** Opening Data for this task block **

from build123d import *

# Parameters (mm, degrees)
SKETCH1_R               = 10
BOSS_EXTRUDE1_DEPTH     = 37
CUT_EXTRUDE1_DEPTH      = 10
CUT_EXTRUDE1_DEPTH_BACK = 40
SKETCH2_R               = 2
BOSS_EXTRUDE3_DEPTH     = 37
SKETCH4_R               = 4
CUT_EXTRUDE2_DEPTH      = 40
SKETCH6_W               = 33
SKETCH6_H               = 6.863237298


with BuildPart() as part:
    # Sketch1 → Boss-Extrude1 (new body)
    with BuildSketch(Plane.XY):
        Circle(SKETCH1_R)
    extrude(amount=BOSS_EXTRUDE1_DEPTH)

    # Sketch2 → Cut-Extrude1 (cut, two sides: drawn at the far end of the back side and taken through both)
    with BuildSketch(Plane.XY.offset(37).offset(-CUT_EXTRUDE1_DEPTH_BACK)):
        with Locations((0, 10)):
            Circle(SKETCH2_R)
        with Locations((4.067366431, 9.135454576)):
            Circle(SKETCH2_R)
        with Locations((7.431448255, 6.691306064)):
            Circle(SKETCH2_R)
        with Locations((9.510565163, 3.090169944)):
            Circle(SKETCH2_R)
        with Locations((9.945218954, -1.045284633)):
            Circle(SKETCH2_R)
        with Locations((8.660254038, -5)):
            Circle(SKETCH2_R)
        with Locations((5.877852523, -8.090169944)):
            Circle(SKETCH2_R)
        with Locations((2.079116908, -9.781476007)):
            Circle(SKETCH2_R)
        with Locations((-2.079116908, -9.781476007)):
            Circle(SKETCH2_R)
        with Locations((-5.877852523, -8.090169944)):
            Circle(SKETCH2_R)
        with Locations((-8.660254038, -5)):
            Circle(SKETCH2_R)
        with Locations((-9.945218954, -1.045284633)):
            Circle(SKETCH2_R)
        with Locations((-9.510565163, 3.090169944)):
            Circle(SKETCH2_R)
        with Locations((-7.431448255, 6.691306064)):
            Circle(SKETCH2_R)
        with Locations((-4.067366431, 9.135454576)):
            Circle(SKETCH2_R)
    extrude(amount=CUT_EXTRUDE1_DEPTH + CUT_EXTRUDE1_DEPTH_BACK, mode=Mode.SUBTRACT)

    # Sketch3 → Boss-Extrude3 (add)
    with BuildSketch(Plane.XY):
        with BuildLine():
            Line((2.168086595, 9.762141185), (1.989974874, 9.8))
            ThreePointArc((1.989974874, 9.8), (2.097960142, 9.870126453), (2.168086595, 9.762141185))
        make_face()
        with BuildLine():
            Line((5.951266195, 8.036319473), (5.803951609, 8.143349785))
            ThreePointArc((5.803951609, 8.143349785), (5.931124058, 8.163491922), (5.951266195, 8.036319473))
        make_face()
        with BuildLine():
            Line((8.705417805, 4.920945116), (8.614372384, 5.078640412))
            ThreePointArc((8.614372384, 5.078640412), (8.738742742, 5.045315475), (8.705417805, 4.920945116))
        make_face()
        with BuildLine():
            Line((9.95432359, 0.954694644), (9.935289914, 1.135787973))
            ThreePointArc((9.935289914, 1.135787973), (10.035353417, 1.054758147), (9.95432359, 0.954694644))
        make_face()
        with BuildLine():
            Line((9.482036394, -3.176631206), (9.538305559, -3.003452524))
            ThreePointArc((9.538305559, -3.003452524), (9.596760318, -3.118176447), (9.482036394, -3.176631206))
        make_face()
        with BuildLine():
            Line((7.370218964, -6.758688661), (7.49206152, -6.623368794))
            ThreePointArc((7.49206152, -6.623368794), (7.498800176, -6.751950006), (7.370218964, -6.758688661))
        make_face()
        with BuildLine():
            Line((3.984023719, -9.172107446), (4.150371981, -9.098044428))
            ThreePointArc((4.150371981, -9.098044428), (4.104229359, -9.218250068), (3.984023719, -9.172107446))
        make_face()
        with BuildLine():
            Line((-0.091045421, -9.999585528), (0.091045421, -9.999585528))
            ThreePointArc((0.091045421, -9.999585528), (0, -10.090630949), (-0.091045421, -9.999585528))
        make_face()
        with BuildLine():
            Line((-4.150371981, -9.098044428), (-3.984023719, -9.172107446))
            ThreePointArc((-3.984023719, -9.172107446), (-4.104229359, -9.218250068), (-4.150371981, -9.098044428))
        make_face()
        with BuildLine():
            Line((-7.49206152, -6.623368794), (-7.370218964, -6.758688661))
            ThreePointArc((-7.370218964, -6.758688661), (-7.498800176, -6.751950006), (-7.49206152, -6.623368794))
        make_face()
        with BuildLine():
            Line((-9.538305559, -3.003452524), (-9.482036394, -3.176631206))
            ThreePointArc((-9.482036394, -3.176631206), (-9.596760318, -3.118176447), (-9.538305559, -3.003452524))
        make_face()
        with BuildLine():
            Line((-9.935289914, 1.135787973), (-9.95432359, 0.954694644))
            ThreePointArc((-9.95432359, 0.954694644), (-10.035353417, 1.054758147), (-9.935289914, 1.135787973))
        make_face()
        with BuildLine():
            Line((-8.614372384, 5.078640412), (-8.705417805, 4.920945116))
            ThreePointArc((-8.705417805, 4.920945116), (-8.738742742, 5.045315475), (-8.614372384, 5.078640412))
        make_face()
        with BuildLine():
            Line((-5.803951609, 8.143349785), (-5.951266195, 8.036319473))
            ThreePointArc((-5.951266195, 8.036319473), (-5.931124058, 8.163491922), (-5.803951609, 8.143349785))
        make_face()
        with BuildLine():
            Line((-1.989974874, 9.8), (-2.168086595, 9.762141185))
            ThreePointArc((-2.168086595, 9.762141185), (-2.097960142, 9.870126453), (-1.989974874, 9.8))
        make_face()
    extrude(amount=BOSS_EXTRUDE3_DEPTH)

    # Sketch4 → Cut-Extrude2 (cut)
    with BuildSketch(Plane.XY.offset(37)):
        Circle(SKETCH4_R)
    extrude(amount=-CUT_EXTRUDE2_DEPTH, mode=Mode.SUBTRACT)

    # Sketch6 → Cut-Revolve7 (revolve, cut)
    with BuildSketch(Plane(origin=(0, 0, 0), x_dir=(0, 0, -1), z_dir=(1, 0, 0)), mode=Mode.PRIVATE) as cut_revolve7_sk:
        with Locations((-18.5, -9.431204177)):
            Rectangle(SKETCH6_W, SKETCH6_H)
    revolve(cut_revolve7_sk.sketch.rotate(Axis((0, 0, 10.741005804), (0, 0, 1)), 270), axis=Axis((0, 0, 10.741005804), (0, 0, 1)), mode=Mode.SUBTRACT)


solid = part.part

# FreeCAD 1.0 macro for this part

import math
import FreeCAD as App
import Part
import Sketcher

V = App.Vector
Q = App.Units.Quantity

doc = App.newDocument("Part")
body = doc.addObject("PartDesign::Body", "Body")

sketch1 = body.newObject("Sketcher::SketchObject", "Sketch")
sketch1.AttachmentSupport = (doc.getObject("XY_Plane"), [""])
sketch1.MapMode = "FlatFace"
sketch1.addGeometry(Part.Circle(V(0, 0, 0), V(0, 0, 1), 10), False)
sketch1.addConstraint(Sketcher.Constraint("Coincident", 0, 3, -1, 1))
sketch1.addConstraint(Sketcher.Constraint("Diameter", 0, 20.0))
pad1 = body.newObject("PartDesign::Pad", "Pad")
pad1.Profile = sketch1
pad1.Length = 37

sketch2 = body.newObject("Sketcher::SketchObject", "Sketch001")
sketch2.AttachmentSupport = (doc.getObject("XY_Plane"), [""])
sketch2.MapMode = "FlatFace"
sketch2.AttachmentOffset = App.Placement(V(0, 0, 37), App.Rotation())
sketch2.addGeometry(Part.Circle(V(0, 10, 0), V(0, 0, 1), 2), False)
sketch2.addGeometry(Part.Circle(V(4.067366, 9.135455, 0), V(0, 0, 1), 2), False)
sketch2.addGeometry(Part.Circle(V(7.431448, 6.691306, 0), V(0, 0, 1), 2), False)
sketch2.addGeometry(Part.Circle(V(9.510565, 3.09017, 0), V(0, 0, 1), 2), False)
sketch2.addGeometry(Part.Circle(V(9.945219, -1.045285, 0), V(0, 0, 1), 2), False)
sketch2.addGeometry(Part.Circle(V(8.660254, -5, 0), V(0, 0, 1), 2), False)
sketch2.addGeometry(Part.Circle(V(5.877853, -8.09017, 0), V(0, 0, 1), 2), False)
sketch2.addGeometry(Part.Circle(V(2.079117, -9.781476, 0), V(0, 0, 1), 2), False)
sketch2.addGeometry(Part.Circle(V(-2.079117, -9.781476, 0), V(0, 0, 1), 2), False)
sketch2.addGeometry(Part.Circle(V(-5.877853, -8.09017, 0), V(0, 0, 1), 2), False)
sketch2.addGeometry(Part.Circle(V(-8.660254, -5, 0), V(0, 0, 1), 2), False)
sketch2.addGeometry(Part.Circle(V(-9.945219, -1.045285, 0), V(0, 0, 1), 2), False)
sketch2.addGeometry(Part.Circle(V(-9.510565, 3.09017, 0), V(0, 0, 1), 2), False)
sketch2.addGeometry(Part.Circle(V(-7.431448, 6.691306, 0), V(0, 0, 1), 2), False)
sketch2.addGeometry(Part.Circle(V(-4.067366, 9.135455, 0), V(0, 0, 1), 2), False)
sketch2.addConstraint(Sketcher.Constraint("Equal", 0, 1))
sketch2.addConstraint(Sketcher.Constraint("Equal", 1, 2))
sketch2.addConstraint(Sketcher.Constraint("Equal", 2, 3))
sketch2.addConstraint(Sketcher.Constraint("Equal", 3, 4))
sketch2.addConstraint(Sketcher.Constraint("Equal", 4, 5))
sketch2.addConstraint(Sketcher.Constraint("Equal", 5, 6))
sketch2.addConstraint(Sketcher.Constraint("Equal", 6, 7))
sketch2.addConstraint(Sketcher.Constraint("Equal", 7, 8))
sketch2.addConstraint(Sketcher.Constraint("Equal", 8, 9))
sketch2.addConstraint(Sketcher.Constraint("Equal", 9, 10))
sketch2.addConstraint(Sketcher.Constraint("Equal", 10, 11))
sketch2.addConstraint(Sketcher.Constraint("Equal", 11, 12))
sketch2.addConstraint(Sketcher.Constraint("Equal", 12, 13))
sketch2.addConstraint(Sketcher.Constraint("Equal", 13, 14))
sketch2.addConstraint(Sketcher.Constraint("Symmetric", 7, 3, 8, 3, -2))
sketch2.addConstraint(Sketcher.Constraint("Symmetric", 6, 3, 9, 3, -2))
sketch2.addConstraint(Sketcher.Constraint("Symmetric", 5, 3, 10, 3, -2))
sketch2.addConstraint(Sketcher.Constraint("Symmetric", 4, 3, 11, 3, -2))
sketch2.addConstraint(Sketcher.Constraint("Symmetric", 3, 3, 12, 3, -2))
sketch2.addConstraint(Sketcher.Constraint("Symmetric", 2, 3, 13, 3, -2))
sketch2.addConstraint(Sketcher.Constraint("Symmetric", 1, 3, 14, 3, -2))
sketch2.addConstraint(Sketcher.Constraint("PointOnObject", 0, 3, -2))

** Closing Data for this task block **

→ To do
A complete answer reproduces every line of the records in which the word "SUBTRACT" occurs.

→ Reply to the task
    extrude(amount=CUT_EXTRUDE1_DEPTH + CUT_EXTRUDE1_DEPTH_BACK, mode=Mode.SUBTRACT)
    extrude(amount=-CUT_EXTRUDE2_DEPTH, mode=Mode.SUBTRACT)
    revolve(cut_revolve7_sk.sketch.rotate(Axis((0, 0, 10.741005804), (0, 0, 1)), 270), axis=Axis((0, 0, 10.741005804), (0, 0, 1)), mode=Mode.SUBTRACT)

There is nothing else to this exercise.